Mahdi pidió al Parlamento que convocara una sesión extraordinaria para “tomar medidas legislativas y las disposiciones necesarias para salvaguardar la dignidad, la seguridad y la soberanía de Irak”.

El mandatario no especificó lo que esas disposiciones conllevarían, pero algunos representantes y parlamentarios han pedido que se tomen medidas para expulsar a las tropas estadounidenses de Irak.

Mahdi, cuyo gobierno tiene el apoyo de los aliados iraquíes de Irán y el respaldo de Teherán, describió a Soleimani y Muhandis como “enormes símbolos de la victoria contra los terroristas del Estado islámico”.

Las Fuerzas de Movilización Popular de Irak (PMF), un grupo de milicias musulmanas chiíes apoyadas en su mayoría por Irán y dirigidas por Muhandis, ayudaron a las fuerzas de seguridad a recuperar un tercio de Irak del Estado Islámico.
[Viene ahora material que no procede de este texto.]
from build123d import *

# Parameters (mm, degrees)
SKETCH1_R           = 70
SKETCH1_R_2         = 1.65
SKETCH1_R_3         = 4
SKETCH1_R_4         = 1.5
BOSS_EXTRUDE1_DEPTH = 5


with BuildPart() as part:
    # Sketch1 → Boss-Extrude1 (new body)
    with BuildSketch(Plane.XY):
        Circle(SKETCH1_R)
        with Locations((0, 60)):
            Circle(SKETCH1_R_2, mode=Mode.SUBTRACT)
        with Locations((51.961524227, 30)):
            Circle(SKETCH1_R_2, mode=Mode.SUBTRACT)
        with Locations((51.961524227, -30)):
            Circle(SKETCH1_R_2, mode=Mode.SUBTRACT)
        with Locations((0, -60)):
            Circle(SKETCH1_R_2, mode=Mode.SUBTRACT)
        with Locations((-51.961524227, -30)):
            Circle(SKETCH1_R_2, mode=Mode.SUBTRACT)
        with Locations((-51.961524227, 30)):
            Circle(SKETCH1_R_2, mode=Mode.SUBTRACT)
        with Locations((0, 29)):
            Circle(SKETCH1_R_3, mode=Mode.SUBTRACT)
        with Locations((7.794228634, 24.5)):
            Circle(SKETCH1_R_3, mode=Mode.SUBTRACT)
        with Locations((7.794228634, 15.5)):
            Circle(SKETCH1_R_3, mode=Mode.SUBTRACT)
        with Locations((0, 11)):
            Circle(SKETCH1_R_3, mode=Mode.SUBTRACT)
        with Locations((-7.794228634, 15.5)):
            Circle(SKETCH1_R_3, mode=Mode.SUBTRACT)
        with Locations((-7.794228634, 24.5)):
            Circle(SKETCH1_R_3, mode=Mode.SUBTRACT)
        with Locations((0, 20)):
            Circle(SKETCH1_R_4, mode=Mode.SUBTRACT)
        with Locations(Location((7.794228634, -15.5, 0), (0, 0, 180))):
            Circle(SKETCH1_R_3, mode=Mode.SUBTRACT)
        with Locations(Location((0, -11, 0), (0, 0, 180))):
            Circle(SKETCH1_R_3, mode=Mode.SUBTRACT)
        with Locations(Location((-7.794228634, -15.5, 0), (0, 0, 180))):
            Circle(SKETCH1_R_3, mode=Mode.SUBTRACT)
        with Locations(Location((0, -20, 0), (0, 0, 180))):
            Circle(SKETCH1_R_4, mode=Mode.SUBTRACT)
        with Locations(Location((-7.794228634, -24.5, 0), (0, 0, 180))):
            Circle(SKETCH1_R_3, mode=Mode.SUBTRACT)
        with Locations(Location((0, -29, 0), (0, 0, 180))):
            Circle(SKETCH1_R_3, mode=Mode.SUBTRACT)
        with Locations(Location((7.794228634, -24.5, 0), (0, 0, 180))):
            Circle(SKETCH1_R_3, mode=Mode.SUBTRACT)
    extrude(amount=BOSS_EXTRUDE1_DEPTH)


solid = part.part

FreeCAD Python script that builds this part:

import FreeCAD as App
import Part
import Sketcher

V = App.Vector

doc = App.newDocument("Part")
body = doc.addObject("PartDesign::Body", "Body")

# Sketch on XY plane
sketch1 = body.newObject("Sketcher::SketchObject", "Sketch")
sketch1.AttachmentSupport = (doc.getObject("XY_Plane"), [""])
sketch1.MapMode = "FlatFace"
sketch1.addGeometry([
    Part.Circle(V(0, 0, 0), V(0, 0, 1), 70),  # 0
    Part.Circle(V(0, -60, 0), V(0, 0, 1), 1.65),  # 1
    Part.Circle(V(-51.961524, -30, 0), V(0, 0, 1), 1.65),  # 2
    Part.Circle(V(-7.794229, -24.5, 0), V(0, 0, 1), 4),  # 3
    Part.Circle(V(0, -29, 0), V(0, 0, 1), 4),  # 4
    Part.Circle(V(-7.794229, -15.5, 0), V(0, 0, 1), 4),  # 5
    Part.Circle(V(0, -20, 0), V(0, 0, 1), 1.5),  # 6
    Part.Circle(V(0, -11, 0), V(0, 0, 1), 4),  # 7
    Part.Circle(V(7.794229, -24.5, 0), V(0, 0, 1), 4),  # 8
    Part.Circle(V(7.794229, -15.5, 0), V(0, 0, 1), 4),  # 9
    Part.Circle(V(51.961524, -30, 0), V(0, 0, 1), 1.65),  # 10
    Part.Circle(V(-51.961524, 30, 0), V(0, 0, 1), 1.65),  # 11
    Part.Circle(V(0, 11, 0), V(0, 0, 1), 4),  # 12
    Part.Circle(V(-7.794229, 15.5, 0), V(0, 0, 1), 4),  # 13
    Part.Circle(V(0, 20, 0), V(0, 0, 1), 1.5),  # 14
    Part.Circle(V(-7.794229, 24.5, 0), V(0, 0, 1), 4),  # 15
    Part.Circle(V(0, 29, 0), V(0, 0, 1), 4),  # 16
    Part.Circle(V(0, 60, 0), V(0, 0, 1), 1.65),  # 17
    Part.Circle(V(7.794229, 15.5, 0), V(0, 0, 1), 4),  # 18
    Part.Circle(V(7.794229, 24.5, 0), V(0, 0, 1), 4),  # 19
    Part.Circle(V(51.961524, 30, 0), V(0, 0, 1), 1.65),  # 20
], False)
sketch1.addConstraint([
    Sketcher.Constraint("Coincident", 0, 3, -1, 1),
    Sketcher.Constraint("Equal", 1, 2),
    Sketcher.Constraint("Equal", 3, 4),
    Sketcher.Constraint("Equal", 4, 5),
    Sketcher.Constraint("Equal", 5, 7),
    Sketcher.Constraint("Equal", 7, 8),
    Sketcher.Constraint("Equal", 8, 9),
    Sketcher.Constraint("Equal", 2, 10),
    Sketcher.Constraint("Equal", 10, 11),
    Sketcher.Constraint("Equal", 9, 12),
    Sketcher.Constraint("Equal", 12, 13),
    Sketcher.Constraint("Equal", 6, 14),
    Sketcher.Constraint("Equal", 13, 15),
    Sketcher.Constraint("Equal", 15, 16),
    Sketcher.Constraint("Equal", 11, 17),
    Sketcher.Constraint("Equal", 16, 18),
    Sketcher.Constraint("Equal", 18, 19),
    Sketcher.Constraint("Equal", 17, 20),
    Sketcher.Constraint("Symmetric", 10, 3, 11, 3, -1, 1),
    Sketcher.Constraint("Symmetric", 7, 3, 12, 3, -1, 1),
    Sketcher.Constraint("Symmetric", 9, 3, 13, 3, -1, 1),
    Sketcher.Constraint("Symmetric", 6, 3, 14, 3, -1, 1),
    Sketcher.Constraint("Symmetric", 8, 3, 15, 3, -1, 1),
    Sketcher.Constraint("Symmetric", 4, 3, 16, 3, -1, 1),
    Sketcher.Constraint("Symmetric", 1, 3, 17, 3, -1, 1),
    Sketcher.Constraint("Symmetric", 5, 3, 18, 3, -1, 1),
    Sketcher.Constraint("Symmetric", 3, 3, 19, 3, -1, 1),
    Sketcher.Constraint("Symmetric", 2, 3, 20, 3, -1, 1),
    Sketcher.Constraint("Symmetric", 3, 3, 8, 3, -2),
    Sketcher.Constraint("Symmetric", 5, 3, 9, 3, -2),
    Sketcher.Constraint("Symmetric", 2, 3, 10, 3, -2),
    Sketcher.Constraint("PointOnObject", 1, 3, -2),
    Sketcher.Constraint("PointOnObject", 4, 3, -2),
    Sketcher.Constraint("PointOnObject", 6, 3, -2),
    Sketcher.Constraint("PointOnObject", 7, 3, -2),
    Sketcher.Constraint("Vertical", 3, 3, 5, 3),
    Sketcher.Constraint("Diameter", 0, 140.0),
    Sketcher.Constraint("Diameter", 3, 8.0),
    Sketcher.Constraint("Diameter", 6, 3.0),
    Sketcher.Constraint("Diameter", 1, 3.3),
    Sketcher.Constraint("DistanceY", 1, 3, -1, 1, 60.0),
    Sketcher.Constraint("DistanceY", 2, 3, -1, 1, 30.0),
    Sketcher.Constraint("DistanceY", 4, 3, -1, 1, 29.0),
    Sketcher.Constraint("DistanceY", 6, 3, -1, 1, 20.0),
    Sketcher.Constraint("DistanceY", 7, 3, -1, 1, 11.0),
    Sketcher.Constraint("DistanceY", 3, 3, 5, 3, 9.0),
    Sketcher.Constraint("DistanceY", 5, 3, 13, 3, 31.0),
    Sketcher.Constraint("DistanceX", 3, 3, -1, 1, 7.794229),
    Sketcher.Constraint("DistanceX", 2, 3, -1, 1, 51.961524),
])
pad1 = body.newObject("PartDesign::Pad", "Pad")
pad1.Profile = sketch1
pad1.Length = 5

doc.recompute()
Las tropas del grupo fueron posteriormente incorporadas a las fuerzas armadas oficiales de Irak.

En tanto, la embajada de Estados Unidos en Bagdad, que el martes fue asaltada por una turba proiraní, instó este viernes a sus ciudadanos a irse de Irak ‘inmediatamente’, pocas horas después de la muerte del poderoso general iraní.

La cancillería instó a los estadounidenses en Irak a irse “en avión mientras sea posible”, ya que el bombardeo tuvo lugar en el aeropuerto de Bagdad, o “hacia otros países por vía terrestre”. Los principales pasos fronterizos de Irak llevan a Irán y a una Siria en guerra, aunque también hay otros pasos hacia Arabia Saudita y Turquía.

Empleados estadounidenses del sector petrolero en Irak, segundo productor de la OPEP, ya abandonan el país en las primeras horas este viernes, según el portavoz del ministerio iraquí de Petróleo.

“Varios empleados estadounidenses ya se han ido y otros siguen marchándose de Irak”, declaró Asem Jihad, agregando que “la producción no está afectada y que la situación es normal en todos los campos de petróleo”. Numerosos empleados estadounidenses del sector petrolero habían abandonado el país desde hace meses, según responsables del sector.

El Pentágono dijo que el presidente Donald Trump había dado la orden de “matar” a Soleimani después del ataque a la embajada estadounidense en Bagdad el martes.

El líder supremo de Irán, el ayatolá Ali Jamenei, pidió “severa venganza” por la muerte de Soleimani, en la peor escalada en una temida guerra entre Irán y Estados Unidos en suelo iraquí.

En el bombardeo estadounidense realizado a primeras horas del viernes contra un convoy de vehículos en el aeropuerto internacional de Bagdad murieron nueve personas.

Se trata de “la operación de decapitación más grande jamás llevada a cabo por Estados Unidos, más que las que mataron a Abu Bakr al Bagdadi u Osama bin Laden”, jefes del Estado Islámico (EI) y de Al Qaida respectivamente, según Phillip Smyth, un especialista estadounidense en grupos armados chiitas.